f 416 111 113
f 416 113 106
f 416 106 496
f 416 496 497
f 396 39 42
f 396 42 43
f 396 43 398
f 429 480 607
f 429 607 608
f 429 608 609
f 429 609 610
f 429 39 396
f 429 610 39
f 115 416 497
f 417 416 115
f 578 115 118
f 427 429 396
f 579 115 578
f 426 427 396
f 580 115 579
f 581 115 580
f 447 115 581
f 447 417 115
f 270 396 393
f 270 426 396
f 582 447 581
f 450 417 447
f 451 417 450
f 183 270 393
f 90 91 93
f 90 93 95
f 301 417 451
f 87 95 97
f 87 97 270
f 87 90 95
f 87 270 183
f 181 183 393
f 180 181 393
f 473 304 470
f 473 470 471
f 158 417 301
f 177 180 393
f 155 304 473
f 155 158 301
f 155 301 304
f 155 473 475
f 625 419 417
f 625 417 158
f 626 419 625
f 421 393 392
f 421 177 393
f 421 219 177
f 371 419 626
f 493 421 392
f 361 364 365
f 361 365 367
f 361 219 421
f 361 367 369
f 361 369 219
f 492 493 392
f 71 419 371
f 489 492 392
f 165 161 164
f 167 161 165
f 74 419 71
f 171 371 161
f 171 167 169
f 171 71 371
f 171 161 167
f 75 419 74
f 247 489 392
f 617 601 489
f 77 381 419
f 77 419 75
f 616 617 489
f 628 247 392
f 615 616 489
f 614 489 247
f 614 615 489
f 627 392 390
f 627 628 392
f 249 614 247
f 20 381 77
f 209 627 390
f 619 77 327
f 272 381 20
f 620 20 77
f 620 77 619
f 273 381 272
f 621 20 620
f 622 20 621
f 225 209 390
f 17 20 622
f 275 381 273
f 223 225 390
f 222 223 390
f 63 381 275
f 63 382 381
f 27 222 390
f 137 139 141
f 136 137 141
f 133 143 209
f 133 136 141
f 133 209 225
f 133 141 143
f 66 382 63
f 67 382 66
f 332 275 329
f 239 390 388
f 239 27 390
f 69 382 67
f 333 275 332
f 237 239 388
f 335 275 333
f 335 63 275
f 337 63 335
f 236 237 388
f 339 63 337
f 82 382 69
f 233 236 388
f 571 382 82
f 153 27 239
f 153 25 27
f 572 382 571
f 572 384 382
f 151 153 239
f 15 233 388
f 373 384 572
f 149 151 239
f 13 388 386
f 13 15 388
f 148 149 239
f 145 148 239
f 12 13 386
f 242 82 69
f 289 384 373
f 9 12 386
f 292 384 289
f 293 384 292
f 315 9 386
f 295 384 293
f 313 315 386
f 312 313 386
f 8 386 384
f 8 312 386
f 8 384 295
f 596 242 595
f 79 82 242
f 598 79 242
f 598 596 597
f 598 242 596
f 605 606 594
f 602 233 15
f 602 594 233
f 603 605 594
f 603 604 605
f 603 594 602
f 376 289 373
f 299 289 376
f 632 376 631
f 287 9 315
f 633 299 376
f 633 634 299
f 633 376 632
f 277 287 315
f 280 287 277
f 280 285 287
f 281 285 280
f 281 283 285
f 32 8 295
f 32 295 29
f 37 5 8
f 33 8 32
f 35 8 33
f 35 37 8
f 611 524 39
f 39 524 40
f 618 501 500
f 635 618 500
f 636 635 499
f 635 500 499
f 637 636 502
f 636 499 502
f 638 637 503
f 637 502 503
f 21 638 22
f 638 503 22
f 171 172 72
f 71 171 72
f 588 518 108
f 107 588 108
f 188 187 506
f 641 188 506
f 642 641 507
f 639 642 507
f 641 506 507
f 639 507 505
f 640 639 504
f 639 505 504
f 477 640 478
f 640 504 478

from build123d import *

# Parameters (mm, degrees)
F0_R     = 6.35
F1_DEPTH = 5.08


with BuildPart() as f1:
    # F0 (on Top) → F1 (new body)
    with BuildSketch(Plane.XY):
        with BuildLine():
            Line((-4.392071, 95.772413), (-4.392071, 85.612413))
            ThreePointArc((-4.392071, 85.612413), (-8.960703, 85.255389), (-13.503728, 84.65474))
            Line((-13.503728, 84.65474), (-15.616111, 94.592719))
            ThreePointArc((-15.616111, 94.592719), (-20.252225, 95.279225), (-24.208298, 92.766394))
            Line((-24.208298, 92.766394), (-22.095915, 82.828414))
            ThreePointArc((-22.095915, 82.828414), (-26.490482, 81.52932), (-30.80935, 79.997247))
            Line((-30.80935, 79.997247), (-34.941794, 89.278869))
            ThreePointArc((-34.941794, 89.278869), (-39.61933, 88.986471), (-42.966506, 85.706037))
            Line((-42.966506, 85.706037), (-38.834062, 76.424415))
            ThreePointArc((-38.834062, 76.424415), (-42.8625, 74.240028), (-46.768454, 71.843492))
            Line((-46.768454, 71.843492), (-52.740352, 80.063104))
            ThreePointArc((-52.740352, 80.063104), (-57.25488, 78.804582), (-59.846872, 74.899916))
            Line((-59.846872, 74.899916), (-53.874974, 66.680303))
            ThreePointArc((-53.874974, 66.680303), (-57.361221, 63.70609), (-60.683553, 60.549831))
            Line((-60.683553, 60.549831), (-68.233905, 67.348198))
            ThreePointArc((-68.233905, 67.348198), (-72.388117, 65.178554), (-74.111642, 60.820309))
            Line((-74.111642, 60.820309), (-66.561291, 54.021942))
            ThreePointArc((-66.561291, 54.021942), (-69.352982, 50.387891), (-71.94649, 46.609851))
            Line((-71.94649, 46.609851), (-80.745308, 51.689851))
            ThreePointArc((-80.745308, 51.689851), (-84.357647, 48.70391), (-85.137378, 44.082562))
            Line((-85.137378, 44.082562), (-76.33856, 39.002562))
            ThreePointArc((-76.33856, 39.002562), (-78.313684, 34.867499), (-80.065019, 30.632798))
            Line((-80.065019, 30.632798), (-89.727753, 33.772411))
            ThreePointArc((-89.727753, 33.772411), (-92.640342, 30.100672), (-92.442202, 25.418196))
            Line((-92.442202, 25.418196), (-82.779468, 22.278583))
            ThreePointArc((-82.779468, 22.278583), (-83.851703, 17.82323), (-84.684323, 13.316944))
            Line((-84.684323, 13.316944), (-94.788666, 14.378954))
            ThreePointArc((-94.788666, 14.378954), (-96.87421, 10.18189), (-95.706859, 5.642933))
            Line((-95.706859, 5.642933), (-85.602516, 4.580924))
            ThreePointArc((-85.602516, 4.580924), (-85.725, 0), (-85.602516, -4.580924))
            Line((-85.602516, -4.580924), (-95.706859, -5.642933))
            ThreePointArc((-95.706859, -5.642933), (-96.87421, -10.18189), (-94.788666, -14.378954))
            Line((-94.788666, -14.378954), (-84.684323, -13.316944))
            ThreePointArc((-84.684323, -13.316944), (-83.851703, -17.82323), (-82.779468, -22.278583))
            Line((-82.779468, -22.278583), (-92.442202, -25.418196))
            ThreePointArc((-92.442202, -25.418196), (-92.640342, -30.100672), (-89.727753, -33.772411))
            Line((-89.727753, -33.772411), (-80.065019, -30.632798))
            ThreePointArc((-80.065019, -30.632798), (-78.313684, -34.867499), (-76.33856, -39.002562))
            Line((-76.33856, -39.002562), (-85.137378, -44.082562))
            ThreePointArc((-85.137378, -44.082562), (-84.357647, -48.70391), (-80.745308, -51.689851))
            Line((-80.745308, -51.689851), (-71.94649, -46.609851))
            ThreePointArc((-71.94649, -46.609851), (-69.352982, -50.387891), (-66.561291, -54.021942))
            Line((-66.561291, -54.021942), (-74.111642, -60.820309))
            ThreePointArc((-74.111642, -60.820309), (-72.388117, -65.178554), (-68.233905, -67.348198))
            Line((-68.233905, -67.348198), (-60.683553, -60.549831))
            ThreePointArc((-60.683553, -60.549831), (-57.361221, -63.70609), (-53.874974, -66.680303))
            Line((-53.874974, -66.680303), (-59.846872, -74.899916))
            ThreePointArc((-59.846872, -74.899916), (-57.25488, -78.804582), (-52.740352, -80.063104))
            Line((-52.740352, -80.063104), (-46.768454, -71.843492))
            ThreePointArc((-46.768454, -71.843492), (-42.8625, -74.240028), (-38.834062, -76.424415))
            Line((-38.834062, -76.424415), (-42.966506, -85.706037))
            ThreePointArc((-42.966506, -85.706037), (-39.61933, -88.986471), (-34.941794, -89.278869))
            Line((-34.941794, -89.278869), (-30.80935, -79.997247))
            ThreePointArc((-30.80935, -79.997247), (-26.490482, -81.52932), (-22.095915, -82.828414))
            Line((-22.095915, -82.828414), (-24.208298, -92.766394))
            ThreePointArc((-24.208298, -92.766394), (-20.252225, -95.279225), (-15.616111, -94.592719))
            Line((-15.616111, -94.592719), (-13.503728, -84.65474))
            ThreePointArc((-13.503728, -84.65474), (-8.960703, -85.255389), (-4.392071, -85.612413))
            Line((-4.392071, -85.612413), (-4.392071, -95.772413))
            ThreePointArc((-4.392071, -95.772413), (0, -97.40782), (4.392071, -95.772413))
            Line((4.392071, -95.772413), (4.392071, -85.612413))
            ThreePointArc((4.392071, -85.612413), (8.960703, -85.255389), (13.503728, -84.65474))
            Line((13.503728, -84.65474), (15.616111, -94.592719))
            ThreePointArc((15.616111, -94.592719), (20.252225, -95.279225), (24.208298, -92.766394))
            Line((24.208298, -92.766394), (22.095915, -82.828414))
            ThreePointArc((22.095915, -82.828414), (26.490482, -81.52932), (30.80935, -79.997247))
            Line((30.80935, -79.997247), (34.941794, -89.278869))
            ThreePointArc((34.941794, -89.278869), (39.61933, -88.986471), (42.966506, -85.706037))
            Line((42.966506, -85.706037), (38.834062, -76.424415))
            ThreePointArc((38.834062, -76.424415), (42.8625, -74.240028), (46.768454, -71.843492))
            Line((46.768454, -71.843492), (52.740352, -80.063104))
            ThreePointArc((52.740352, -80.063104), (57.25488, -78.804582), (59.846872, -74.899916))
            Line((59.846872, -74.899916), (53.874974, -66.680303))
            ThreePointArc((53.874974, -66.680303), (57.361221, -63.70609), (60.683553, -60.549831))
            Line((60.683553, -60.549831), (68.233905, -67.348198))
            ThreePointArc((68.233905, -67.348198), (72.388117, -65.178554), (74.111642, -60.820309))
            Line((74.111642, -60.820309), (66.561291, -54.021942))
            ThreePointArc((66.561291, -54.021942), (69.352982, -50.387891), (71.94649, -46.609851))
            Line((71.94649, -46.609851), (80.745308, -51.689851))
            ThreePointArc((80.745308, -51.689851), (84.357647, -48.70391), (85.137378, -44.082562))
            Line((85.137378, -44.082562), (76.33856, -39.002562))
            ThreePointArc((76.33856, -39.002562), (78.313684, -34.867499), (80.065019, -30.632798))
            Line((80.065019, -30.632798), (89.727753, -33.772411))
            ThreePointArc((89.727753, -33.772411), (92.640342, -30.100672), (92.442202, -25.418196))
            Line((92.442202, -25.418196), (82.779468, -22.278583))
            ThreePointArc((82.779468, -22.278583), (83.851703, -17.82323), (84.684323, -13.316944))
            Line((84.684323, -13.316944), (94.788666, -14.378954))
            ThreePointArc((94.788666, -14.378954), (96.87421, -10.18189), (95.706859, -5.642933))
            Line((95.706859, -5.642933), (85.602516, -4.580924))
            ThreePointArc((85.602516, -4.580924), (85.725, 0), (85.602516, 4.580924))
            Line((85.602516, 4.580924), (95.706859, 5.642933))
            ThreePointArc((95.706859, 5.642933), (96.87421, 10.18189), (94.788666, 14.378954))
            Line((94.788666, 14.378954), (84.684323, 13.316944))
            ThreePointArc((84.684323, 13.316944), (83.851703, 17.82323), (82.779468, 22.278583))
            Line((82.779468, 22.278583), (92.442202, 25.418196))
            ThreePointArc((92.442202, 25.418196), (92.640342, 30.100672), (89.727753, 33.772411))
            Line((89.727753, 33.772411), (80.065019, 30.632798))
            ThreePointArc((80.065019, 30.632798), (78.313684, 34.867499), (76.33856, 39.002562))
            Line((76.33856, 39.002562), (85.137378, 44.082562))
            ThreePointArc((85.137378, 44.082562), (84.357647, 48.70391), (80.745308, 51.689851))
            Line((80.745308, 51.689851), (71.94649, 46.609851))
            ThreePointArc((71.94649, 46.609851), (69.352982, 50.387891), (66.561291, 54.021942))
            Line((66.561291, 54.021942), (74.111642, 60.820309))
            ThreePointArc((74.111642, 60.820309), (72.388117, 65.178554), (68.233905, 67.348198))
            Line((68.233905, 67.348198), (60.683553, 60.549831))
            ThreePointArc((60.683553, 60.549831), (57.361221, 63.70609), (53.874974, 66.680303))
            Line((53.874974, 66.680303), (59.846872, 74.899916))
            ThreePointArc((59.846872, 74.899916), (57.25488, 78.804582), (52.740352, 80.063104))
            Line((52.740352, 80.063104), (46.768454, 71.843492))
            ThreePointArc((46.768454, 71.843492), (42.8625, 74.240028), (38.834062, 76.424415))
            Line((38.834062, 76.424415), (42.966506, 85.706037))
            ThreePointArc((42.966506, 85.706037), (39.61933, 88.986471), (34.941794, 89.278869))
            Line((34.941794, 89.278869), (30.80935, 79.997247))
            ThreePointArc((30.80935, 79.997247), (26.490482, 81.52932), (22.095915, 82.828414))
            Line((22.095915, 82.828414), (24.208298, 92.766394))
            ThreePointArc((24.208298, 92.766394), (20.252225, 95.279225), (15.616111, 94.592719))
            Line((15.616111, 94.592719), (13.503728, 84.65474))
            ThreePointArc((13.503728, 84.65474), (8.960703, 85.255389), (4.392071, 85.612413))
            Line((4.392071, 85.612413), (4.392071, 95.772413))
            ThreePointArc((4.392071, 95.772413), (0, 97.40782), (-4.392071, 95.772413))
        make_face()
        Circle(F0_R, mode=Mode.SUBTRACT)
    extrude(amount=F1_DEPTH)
+++
Write down again, exactly as given, only the lines above that fall from the line with "f 27 222 390" to the line with "f 312 313 386", inclusive.

■ RESULT OF THIS TASK
f 27 222 390
f 137 139 141
f 136 137 141
f 133 143 209
f 133 136 141
f 133 209 225
f 133 141 143
f 66 382 63
f 67 382 66
f 332 275 329
f 239 390 388
f 239 27 390
f 69 382 67
f 333 275 332
f 237 239 388
f 335 275 333
f 335 63 275
f 337 63 335
f 236 237 388
f 339 63 337
f 82 382 69
f 233 236 388
f 571 382 82
f 153 27 239
f 153 25 27
f 572 382 571
f 572 384 382
f 151 153 239
f 15 233 388
f 373 384 572
f 149 151 239
f 13 388 386
f 13 15 388
f 148 149 239
f 145 148 239
f 12 13 386
f 242 82 69
f 289 384 373
f 9 12 386
f 292 384 289
f 293 384 292
f 315 9 386
f 295 384 293
f 313 315 386
f 312 313 386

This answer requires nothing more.